Google Glasses & Sergey Brin on the Runway - jeremyrwelch
http://runway.blogs.nytimes.com/2012/09/09/dvf-gives-google-glasses-a-spin-on-the-runway/

======
jeremyrwelch
For those of you not in NYC, Fashion Week takes over the city twice a year,
and these runway shows are huge productions. Lots of money & time goes into
not only the clothes, but also the runway events themselves -- especially with
the major designers like this chick Diane von Furstenberg (wife of Barry
Diller, founder / CEO of web giant IAC). Lots of celebrities show up, and
photos from the events show up all over the press.
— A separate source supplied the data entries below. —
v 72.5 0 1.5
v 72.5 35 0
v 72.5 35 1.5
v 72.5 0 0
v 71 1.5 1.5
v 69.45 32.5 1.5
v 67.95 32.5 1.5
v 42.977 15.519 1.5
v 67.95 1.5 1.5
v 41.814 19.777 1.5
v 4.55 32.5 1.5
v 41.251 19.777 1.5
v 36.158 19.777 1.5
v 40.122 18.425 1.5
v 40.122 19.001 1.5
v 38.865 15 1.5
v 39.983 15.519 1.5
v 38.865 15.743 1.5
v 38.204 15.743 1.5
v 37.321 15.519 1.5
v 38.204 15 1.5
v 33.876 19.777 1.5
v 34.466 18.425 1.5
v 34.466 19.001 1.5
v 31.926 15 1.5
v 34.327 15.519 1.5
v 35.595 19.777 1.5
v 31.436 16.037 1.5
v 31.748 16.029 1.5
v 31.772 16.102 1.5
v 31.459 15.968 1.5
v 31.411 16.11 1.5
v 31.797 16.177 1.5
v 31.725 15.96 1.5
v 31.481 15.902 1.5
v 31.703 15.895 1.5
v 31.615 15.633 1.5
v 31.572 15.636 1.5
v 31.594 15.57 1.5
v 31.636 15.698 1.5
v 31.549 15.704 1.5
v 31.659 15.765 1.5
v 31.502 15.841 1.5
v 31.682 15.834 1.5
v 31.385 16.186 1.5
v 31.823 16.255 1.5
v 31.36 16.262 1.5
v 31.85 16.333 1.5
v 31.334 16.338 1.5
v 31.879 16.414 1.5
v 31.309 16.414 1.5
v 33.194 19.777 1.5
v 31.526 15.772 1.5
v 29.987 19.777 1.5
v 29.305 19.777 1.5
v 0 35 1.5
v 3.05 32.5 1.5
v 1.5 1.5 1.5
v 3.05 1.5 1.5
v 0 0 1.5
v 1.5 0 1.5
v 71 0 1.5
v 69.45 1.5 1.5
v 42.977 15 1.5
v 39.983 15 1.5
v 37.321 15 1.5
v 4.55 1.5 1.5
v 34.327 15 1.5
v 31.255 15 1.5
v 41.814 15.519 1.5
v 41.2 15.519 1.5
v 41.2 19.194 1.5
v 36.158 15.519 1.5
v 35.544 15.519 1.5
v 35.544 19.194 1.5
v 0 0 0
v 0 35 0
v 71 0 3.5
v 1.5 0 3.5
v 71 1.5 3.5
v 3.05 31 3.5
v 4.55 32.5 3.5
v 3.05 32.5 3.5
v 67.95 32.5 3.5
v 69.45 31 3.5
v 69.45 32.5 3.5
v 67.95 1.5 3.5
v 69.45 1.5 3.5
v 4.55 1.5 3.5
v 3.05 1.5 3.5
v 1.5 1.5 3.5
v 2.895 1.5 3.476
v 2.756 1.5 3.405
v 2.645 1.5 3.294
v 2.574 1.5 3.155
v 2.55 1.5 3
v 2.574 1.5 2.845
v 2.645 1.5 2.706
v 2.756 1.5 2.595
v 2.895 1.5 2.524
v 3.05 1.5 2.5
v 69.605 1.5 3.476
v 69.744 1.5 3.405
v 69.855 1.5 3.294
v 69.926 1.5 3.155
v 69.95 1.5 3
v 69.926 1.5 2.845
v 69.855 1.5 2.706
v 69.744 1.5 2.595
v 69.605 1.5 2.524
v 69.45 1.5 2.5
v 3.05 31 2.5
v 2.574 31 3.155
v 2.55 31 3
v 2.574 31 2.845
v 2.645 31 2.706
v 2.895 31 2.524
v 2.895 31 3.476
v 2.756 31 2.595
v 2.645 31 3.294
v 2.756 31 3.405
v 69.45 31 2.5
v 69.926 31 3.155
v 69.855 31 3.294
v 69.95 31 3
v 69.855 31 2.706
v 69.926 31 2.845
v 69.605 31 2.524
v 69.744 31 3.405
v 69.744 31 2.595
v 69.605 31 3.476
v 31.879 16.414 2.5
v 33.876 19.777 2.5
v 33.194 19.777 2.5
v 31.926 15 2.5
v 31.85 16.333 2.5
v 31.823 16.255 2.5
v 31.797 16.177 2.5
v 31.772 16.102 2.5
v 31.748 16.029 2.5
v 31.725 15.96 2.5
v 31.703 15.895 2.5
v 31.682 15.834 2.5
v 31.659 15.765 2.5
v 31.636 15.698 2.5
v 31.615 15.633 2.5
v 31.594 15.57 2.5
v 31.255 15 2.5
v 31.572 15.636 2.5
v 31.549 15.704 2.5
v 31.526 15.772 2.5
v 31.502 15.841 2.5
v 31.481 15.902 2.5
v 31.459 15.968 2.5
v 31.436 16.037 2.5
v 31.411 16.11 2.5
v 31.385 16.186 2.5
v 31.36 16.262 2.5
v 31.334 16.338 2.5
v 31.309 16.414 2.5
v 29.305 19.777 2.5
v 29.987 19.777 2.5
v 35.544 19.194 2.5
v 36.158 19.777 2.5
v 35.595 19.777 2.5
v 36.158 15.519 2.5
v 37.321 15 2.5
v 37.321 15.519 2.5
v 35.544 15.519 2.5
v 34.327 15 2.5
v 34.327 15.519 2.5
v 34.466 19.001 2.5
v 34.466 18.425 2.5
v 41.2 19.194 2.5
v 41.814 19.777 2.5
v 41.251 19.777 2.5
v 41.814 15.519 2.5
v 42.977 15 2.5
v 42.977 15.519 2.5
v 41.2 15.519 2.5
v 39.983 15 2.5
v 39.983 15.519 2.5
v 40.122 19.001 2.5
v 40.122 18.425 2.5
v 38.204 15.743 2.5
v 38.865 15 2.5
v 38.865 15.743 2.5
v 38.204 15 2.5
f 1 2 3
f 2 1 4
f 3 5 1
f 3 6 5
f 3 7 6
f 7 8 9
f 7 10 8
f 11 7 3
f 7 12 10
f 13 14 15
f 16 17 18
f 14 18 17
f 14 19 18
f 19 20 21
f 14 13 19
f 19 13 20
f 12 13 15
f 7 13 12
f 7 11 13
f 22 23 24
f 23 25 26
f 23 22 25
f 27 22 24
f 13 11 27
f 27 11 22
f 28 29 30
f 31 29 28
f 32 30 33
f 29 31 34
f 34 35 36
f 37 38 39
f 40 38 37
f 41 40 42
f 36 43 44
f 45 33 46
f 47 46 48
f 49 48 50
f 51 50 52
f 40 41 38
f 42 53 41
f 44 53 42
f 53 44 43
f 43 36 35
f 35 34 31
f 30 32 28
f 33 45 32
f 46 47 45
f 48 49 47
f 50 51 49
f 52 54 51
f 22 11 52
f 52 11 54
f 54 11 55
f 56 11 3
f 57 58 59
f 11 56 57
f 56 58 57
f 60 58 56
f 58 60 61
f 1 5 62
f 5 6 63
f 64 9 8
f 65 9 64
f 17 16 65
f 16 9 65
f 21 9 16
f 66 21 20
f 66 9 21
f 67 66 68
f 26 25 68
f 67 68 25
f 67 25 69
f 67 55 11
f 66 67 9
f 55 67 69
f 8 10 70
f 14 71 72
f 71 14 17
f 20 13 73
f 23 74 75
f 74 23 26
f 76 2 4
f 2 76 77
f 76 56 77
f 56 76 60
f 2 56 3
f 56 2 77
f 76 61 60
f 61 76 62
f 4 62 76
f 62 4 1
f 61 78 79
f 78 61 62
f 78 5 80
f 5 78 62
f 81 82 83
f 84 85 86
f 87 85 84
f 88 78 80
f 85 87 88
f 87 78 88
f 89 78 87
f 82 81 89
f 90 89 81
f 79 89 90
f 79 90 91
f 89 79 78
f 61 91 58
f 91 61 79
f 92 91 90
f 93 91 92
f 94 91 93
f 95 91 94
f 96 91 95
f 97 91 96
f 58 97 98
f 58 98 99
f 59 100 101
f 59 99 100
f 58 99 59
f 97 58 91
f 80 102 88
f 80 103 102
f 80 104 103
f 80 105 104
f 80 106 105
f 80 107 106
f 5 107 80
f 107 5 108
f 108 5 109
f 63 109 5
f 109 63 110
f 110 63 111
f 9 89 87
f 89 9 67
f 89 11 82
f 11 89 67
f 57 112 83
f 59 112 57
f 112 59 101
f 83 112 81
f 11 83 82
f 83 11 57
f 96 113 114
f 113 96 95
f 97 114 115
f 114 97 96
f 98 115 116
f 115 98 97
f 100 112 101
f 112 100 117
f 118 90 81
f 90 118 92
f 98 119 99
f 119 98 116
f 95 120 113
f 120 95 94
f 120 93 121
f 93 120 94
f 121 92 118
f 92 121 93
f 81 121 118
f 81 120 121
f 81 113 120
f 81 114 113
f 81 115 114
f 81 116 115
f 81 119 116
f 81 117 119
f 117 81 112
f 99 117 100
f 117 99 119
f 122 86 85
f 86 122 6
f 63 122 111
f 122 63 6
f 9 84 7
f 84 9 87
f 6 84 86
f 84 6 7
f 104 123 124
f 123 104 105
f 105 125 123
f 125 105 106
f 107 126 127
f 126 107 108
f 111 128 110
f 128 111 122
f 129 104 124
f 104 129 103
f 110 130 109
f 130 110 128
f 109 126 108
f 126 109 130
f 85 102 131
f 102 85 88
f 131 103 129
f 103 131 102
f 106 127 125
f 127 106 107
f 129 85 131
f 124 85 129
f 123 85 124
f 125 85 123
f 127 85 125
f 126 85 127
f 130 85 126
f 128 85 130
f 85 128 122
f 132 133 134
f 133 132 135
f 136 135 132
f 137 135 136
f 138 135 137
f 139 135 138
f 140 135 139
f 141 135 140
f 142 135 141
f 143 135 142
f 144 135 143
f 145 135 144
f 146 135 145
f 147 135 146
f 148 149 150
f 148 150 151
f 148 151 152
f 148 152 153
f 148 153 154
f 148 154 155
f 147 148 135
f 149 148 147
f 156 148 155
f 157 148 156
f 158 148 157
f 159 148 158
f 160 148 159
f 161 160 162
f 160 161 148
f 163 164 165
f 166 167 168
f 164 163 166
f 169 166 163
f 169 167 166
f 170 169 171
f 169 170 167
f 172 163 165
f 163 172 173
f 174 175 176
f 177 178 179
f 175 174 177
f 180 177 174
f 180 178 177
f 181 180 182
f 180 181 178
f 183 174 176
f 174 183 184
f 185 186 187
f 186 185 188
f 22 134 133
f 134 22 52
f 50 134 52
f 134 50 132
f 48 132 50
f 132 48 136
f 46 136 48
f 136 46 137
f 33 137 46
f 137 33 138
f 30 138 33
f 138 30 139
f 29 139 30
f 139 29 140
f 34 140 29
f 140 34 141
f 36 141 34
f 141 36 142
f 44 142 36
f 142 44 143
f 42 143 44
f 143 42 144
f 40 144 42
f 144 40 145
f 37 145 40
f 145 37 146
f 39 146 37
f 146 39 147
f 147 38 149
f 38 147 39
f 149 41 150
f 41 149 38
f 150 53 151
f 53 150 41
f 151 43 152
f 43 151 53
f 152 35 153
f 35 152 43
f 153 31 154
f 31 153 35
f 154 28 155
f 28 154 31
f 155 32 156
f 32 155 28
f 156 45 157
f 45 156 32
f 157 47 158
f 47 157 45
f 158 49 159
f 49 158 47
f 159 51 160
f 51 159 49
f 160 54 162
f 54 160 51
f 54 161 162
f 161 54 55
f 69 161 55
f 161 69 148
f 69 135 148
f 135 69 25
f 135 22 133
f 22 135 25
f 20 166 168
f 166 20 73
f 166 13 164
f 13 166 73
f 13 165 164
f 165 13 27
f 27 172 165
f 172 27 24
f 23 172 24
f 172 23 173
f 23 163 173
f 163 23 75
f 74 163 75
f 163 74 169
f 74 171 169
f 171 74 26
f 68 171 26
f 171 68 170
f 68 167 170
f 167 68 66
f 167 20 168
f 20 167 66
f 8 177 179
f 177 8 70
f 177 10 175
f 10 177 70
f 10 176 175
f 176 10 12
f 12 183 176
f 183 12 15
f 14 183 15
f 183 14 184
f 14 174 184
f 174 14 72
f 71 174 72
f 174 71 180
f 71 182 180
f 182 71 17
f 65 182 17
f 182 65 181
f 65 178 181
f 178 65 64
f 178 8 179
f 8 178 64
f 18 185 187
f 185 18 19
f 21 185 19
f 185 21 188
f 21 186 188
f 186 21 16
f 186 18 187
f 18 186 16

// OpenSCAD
//
//	Gerause für REM-C  / Din rail
//
//  by Rainer Petzoldt
//  basiert auf REM-M-Geh.scad V0.3.7
//  Slicen ohne Stützstruktur ;  4 Wandlinien ;  3 Obere- und untere Schichten
//     generateStuetzstruktur = true setzen

/* width in TE (=18mm) */
AnzTE = 4;   // [1:0.5:12]
/* select which part to show */
part = "Deckel" ; // [Unterteil, Oberteil, Deckel, Oberteil_mit_Deckel, Schnapper, all, assembled]
showPlatinen = false;
generateStuetzstruktur = true;

// *******************************************************************

/* [Hidden] */
deckelLift = 1*5;   // zieht module auseinander (Explosionszeichnung)
h1debug =  0*19;   // 0 = no debug  erniedrigt aussenwand um h1debug mm
Vers =  "V1.1";
TE = 18;	// Teilungseinheit
d = 1.5;   				// Wanddicke

breite = AnzTE * TE-0.5+1;  // Gesamtbreite aussen
tiefe = 91;				// Tiefe unterste Ebene
tiefe2 = 62-12;			// Tiefe mittlere Ebene
tiefe3 = 45-10;			// Tiefe mittlere Ebene

deltaH = 0*12;
h1 = 26.5+deltaH;				// Hoehe Unterteil gesamt aussen
h2 = 5;           // Aussparung fuer Schiene 
h3 = 5;         // Hoehe unterste Deckelschicht
h4 = 17-deltaH;          // Hoehe mittlere Deckelschicht
h5 = 22-10;          // Hoehe obere Deckelschicht
b1 = 28-2.5;
b2 = 0.5;
b3 = 35;
b4 = 28;
spalt = 0.4;

mitteY = tiefe / 2;
mitteX = breite/2;

RemMMy = 42;
RemMMx = 33;
RemMMAbstandy = 0;

F5 = 0.001;


difference()
{
	union()
	{
if (part=="assembled")
{
		Unterteil(breite);
		translate([0,0,h1+deckelLift])	Oberteil(breite);
		translate([0,(tiefe+tiefe3)/2,h1+h3+h4+h5+2*deckelLift])rotate([180,0,0])Deckel(breite);
		color("red") translate([breite/2-14/2,b1+1.5,5]) rotate([-90,0,-90])Schienenhalter();
		if (showPlatinen==true)
		{	
			translate([d-31.5+1,d-100+0.5,9])	color("White") 	rotate([0,0,90])	import("REM-C-mit_Sockel_u_Stecker.stl",convexity=5);
		}
}
else
{
	if (part=="Unterteil")
	{
		Unterteil(breite);
		if (showPlatinen==true)
		{	
			translate([d-31.5+1,d-100+0.5,9])	color("White") 	rotate([0,0,90])	import("REM-C-mit_Sockel_u_Stecker.stl",convexity=5);
		}

	}
	if (part=="Oberteil")
	{
		Oberteil(breite);
		if (showPlatinen==true)
		{	
			translate([d-31.5+1,d-100+0.5,9-h1])	color("White") 	rotate([0,0,90])	import("REM-C-mit_Sockel_u_Stecker.stl",convexity=5);
		}
	}
	if (part=="Oberteil_mit_Deckel")
	{
		color("red")translate([0,(tiefe+tiefe3)/2+F5,h3+h4+h5+deckelLift])rotate([180,0,0])Deckel(breite);
		Oberteil(breite);
		if (showPlatinen==true)
		{	
			translate([d-31.5+1,d-100+0.5,9-h1])	color("White") 	rotate([0,0,90])	import("REM-C-mit_Sockel_u_Stecker.stl",convexity=5);
		}
	}
	if (part=="Deckel")
	{
			Deckel(breite);
	}
	if (part=="Schnapper")	rotate([-90,0,0])Schienenhalter();
	if (part=="all")
	{
		Unterteil(breite);
		translate([breite+10,0,5]) Oberteil(breite);
		translate([2*breite+20,0,0])Deckel(breite);
    translate([2*breite+20,50,3])rotate([-90,0,0])Schienenhalter();
		
		if (showPlatinen==true)
		{	
			translate([d-31.5+1,d-100+0.5,9])	color("White") 	rotate([0,0,90])	import("REM-C-mit_Sockel_u_Stecker.stl",convexity=5);
			translate([d-31.5+1+breite+10,d-100+0.5,9-h1+5])	color("White") 	rotate([0,0,90])	import("REM-C-mit_Sockel_u_Stecker.stl",convexity=5);
		}
	}
}
}
	//translate([33,-25,-17])cube([100,200,100]);
}


module Deckel(breite)
{
	da = d + 0.5;
	cube([breite,tiefe3,d]);	 // Deckel
	translate([d,0,0])cube([breite-2*d,d,d+2]);	 // Seitenwand
  // rechtes
	dx = 0.1;
	translate([2*d +dx/2  ,d,0])cube([d,tiefe3-2*da,d+2]);	  // rechts
  translate([2*d +dx/2  ,tiefe3-2*da,3])rotate([90,0,0])cylinder(h=tiefe3-2*da,d=1,$fn=20); // rechts 
	// links
	translate([breite-3*d-dx/2,d,0])cube([d,tiefe3-2*da,d+2]);	
  translate([breite -2*d-dx/2 ,tiefe3-2*da,3])rotate([90,0,0])cylinder(h=tiefe3-2*da,d=1,$fn=20);

  translate([mitteX,15,1])scale(0.5)linear_extrude(height=3)text(Vers,halign="center");

}  

module Deckelschienen()
{
	dy = 32.5;
	translate([0,29+dy,32.5])
	rotate([90,0,0])
	linear_extrude(height=dy,convexity=2)
	polygon(points = [ [0,0], [2*d,0],[2*d,-3],[0,-8] ], convexity = 2);
}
Hardly the place I'd expect
to see Google Glasses and Sergey.

Which is why this is so interesting. Seems Google is making a push for Glasses
to be "hip", and not just a toy for us geeks and hackers. Not only did Sergey
sit on the front row, but the models & designers wore Glasses during the show,
and Sergey walked with the designers at the end. This last bit is a rare thing
for any of the regular celebrity attendees to do, much less Sergey Brin who I
doubt has ever been to a runway show before.

Think of it like Sergey attending a major opera or orchestra performance, and
then being brought up on stage at the very end when everyone is clapping for
the director/singer/conductor.